Mike Dudek

Profile
- Position: Wide receiver

Personal information
- Born: August 21, 1995 (age 31) Naperville, Illinois, U.S.
- Listed height: 5 ft 11 in (1.80 m)
- Listed weight: 195 lb (88 kg)

Career information
- High school: Neuqua Valley (IL)
- College: Illinois (2014−2018);

Awards and highlights
- First Team Freshman All-American (2014); Second Team All-Big Ten (2014);

= Mike Dudek =

American football player (born 1995)

Mike Dudek (born August 21, 1995) is an American former football wide receiver known for his time with the Illinois Fighting Illini. As a true freshman, Dudek broke Illinois' school record for receiving yards by a freshman, previously set by Arrelious Benn in 2007.

==High school==
During his senior season, Dudek recorded 2,361 yards of Total offense, averaging 196.8 yards per game, and caught 23 TDs. This earned Dudek the Upstate Eight Conference Player of the Year award in 2013 and 1st Team All-State honors from the News-Gazette, Chicago Tribune, and IHSFCA. Despite these honors, Dudek's only received two Football Championship Subdivision offers, from North Dakota State and Illinois State. Illinois was Dudek's only Football Bowl Subdivision scholarship offer and he was primarily recruited by Mike Bellamy.

College recruiting
| Name | Hometown | School | Height | Weight | 40^{‡} | Commit date |
| Mike Dudek WR | Naperville, IL | Neuqua Valley (IL) | 5 ft 11 in (1.80 m) | 163 lb (74 kg) | 4.61 | Apr 3, 2013 |
Recruit ratings: Scout: Rivals: 247Sports: ESPN: (76)
Overall recruit ranking: Scout: 72 (WR) Rivals: N/A 247Sports: 145 (WR) ESPN: 119 (WR)
Note: In many cases, Scout, Rivals, 247Sports, On3, and ESPN may conflict in their listings of height and weight.; In these cases, the average was taken. ESPN grades are on a 100-point scale.; Sources: "Illinois Football Commitment List". Rivals. Retrieved December 8, 2014.; "2014 Illinois Football Commits". Scout. Retrieved December 8, 2014.; "Illinois Cowboys". ESPN. Retrieved December 8, 2014.; "Scout.com Team Recruiting Rankings". Scout. Retrieved December 8, 2014.; "2014 Team Ranking". Rivals.com. Retrieved December 8, 2014.; "Illinois 2014 Football Commits". 247Sports. Retrieved December 8, 2014.;

==College career==
Dudek enrolled early at Illinois and participated in spring 2014 practices, impressing coaches and drawing early comparisons to Wes Welker. After Illinois' week 2 win over Western Kentucky in which Dudek had four receptions for 55 yards and a touchdown, he was named Big Ten Freshman of the Week. Later in the season Dudek was named to the Biletnikoff Award watch list. The Biletnikoff Award is awarded annually to the most outstanding receiver in American college football.

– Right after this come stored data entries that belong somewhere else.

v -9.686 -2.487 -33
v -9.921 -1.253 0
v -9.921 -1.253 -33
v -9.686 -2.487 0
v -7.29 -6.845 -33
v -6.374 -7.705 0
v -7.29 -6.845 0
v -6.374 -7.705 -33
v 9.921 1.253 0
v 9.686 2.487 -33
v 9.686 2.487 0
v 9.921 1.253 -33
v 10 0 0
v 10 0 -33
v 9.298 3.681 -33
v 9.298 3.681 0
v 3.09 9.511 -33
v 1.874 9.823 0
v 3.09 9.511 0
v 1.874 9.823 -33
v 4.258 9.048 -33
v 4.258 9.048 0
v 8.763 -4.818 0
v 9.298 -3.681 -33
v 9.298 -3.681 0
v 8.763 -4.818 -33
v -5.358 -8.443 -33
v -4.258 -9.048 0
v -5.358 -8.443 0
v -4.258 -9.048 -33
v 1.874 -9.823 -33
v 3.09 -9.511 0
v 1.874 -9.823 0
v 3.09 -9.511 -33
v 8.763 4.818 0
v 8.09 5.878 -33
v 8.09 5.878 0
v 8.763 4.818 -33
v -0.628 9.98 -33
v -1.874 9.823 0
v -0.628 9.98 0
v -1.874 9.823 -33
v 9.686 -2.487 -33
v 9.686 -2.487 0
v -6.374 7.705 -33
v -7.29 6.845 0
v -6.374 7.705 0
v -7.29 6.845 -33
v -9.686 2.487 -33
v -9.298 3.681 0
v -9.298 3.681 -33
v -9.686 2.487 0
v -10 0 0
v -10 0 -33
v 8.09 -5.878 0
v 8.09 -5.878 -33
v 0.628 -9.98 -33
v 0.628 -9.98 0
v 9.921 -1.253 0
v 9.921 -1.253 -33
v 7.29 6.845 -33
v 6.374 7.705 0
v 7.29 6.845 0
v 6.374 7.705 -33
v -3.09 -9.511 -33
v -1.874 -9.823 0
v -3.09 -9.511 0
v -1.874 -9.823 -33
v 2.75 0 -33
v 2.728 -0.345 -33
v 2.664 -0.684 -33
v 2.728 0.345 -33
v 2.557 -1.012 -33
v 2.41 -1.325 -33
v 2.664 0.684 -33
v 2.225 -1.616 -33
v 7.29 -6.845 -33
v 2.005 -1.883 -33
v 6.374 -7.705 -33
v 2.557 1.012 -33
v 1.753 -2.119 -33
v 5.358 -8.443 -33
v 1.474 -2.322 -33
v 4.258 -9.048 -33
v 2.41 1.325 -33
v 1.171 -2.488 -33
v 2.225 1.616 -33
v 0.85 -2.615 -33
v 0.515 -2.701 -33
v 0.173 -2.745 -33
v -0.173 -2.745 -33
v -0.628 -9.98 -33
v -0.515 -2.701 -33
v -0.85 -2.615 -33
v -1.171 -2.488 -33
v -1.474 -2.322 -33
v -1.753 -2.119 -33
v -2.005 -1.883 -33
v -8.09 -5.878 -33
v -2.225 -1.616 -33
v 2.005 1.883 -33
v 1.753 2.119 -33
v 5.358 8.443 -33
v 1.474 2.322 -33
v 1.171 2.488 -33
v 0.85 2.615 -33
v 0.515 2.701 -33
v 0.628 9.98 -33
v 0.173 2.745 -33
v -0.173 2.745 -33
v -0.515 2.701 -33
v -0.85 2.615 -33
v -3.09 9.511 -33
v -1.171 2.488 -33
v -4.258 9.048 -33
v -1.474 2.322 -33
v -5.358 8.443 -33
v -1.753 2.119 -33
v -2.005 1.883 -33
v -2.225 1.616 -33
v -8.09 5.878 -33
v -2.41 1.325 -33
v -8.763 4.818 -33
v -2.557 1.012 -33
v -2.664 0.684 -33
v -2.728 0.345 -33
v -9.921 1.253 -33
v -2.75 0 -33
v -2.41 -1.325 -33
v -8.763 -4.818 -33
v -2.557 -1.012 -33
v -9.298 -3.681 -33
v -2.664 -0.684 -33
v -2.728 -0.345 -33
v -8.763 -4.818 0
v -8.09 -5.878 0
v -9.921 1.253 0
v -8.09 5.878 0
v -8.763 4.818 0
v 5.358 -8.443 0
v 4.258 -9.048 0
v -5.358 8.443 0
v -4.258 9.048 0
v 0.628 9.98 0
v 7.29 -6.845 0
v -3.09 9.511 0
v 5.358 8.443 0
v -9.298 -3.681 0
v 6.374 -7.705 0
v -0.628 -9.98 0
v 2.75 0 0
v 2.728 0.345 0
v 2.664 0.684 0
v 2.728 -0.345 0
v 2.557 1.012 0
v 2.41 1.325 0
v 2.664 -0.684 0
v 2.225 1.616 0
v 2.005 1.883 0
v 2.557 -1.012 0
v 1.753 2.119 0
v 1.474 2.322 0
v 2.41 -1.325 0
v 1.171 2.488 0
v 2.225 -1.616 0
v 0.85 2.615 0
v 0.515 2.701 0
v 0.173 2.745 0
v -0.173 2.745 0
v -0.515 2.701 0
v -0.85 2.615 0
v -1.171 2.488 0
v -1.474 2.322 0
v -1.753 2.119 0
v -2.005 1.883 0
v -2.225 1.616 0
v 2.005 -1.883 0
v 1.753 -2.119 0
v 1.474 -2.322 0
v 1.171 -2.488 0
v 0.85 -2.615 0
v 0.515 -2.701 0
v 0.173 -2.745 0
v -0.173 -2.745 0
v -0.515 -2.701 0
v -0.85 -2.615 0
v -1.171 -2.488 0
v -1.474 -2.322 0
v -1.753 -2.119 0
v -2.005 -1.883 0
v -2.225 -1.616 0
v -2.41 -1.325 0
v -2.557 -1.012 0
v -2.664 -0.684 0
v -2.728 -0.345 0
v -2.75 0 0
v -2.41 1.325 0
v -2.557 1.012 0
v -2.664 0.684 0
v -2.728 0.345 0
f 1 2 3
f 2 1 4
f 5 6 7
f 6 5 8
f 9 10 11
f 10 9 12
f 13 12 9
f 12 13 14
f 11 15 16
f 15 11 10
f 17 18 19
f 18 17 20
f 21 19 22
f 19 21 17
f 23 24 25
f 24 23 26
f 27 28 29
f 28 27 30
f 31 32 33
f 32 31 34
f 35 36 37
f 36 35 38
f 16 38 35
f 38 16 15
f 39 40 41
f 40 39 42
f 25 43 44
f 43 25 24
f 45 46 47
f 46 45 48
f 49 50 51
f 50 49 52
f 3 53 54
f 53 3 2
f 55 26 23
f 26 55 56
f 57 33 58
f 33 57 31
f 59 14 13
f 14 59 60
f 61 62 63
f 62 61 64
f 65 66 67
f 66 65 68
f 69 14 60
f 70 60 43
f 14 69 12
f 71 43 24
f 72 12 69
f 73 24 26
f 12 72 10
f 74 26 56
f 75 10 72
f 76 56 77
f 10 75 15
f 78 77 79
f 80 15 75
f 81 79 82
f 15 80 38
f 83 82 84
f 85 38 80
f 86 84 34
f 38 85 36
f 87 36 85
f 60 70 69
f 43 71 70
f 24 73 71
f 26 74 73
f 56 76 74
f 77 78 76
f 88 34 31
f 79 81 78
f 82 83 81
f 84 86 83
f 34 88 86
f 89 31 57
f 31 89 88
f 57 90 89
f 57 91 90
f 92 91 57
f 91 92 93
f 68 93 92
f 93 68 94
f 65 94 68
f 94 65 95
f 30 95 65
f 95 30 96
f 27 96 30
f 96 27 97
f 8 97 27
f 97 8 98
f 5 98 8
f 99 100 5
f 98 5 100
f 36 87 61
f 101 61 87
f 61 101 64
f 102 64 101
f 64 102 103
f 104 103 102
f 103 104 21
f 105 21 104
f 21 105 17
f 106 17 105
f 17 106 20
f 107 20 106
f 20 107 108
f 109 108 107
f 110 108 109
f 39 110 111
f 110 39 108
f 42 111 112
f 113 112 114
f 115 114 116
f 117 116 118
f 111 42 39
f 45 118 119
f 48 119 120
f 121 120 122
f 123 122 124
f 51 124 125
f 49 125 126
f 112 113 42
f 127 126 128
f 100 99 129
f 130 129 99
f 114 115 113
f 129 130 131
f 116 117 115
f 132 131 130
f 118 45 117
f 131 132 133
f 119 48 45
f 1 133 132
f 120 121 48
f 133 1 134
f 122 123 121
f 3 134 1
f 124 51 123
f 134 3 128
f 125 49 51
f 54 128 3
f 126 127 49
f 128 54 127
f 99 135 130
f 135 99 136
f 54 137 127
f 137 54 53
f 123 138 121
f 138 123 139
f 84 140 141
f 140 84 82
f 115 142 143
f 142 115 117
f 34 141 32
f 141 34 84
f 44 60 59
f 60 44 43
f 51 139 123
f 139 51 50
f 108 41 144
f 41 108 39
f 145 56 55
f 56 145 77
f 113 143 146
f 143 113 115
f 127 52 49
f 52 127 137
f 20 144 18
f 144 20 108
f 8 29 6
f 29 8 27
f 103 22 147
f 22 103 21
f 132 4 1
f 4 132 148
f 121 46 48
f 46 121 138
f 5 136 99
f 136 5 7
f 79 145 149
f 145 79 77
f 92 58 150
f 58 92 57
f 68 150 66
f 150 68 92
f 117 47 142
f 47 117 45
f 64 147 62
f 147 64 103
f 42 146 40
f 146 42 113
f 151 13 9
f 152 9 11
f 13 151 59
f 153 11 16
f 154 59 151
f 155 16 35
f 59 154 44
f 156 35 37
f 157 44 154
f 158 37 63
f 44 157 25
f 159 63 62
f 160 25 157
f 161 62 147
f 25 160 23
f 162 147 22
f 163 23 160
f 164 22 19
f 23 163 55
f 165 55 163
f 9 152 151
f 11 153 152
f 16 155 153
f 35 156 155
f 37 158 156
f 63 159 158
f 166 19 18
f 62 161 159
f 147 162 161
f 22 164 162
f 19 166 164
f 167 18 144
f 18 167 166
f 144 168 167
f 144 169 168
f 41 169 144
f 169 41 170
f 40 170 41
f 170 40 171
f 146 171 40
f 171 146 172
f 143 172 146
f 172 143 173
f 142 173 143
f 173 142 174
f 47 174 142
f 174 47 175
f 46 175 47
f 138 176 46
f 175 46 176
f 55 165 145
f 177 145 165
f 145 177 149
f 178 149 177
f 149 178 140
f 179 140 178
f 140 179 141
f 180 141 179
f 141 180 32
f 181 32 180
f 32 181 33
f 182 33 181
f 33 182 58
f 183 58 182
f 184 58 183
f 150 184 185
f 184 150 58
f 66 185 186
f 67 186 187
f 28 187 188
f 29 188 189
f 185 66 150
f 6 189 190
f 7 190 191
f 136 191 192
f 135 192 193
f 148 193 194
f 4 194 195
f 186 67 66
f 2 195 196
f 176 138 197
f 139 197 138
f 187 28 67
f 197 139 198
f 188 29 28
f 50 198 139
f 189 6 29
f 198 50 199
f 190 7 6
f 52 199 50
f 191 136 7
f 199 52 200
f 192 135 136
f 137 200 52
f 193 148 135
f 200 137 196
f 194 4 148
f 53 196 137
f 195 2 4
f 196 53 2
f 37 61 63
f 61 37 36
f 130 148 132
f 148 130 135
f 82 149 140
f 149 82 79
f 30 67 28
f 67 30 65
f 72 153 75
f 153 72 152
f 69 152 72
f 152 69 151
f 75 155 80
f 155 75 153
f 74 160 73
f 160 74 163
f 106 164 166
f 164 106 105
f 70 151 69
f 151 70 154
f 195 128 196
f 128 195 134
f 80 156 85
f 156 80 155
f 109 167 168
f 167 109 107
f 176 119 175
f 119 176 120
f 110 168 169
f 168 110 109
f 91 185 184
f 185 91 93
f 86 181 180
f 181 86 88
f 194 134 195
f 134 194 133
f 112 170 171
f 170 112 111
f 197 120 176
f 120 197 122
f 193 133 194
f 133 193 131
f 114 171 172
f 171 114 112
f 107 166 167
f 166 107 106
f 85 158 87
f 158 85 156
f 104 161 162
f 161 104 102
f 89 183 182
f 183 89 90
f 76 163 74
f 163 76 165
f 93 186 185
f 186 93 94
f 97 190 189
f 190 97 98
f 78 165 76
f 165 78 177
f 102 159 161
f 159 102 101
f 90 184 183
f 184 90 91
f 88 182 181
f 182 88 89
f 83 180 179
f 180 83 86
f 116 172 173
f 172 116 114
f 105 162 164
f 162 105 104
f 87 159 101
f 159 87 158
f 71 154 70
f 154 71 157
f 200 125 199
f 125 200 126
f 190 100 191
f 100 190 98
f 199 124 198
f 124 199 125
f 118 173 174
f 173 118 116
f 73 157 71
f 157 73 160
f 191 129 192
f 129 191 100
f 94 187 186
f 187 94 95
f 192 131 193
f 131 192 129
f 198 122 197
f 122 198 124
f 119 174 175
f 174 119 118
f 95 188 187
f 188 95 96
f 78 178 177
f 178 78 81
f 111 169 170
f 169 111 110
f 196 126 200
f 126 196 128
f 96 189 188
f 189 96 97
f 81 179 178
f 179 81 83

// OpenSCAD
$fn = 50;


difference() {
	union() {
		translate(v = [0, 0, -33.0000000000]) {
			cylinder(h = 33, r = 10.0000000000);
		}
		cylinder(h = 0, r = 16.0000000000);
	}
	union() {
		#translate(v = [0, 0, -33]) {
			cylinder(h = 33, r = 2.7500000000);
		}
	}
}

In the October 4th game at home against Purdue, Dudek became the fourth player in school history to catch at least 200 yards in a game, joining Steve Hull, A. J. Jenkins, and College Football Hall of Fame Inductee David Williams. At the end of the 2014 season, Dudek led all Big Ten Conference freshmen in receptions and receiving yards. In 2015 spring workouts, Dudek tore his ACL and was medically redshirted, ending his season.

===Statistics===
Through the end of the 2017 regular season, Dudek's statistics are as follows:

Illinois Fighting Illini
| Season | Receiving |  |  |  |  |  |  | Rushing |  |  |  |
| Games | Rec | Yards | Yds/Rec | Long | Yds/G | TD | Att | Yards | Avg | TD |
| 2014 | 12 | 69 | 965 | 14.0 | 56 | 80.4 | 6 | 5 | 23 | 4.6 | 0 |
| 2015 | Medical redshirt |  |  |  |  |  |  |  |  |  |  |
| 2016 | Did not play due to injury (Torn ACL) |  |  |  |  |  |  |  |  |  |  |
| 2017 | 7 | 24 | 262 | 10.9 | 31 | 37.4 | 1 | 0 | 0 | 0 | 0 |

==Personal life==
Due to his physical stature as a wide receiver, Dudek oftentimes draws comparisons to NFL Pro Bowl wideout Wes Welker. Dudek has also been timed running as fast as NFL Pro Bowl receiver Brandon Marshall at 22 mph. Dudek has an older brother, Danny, who played college football for Dayton.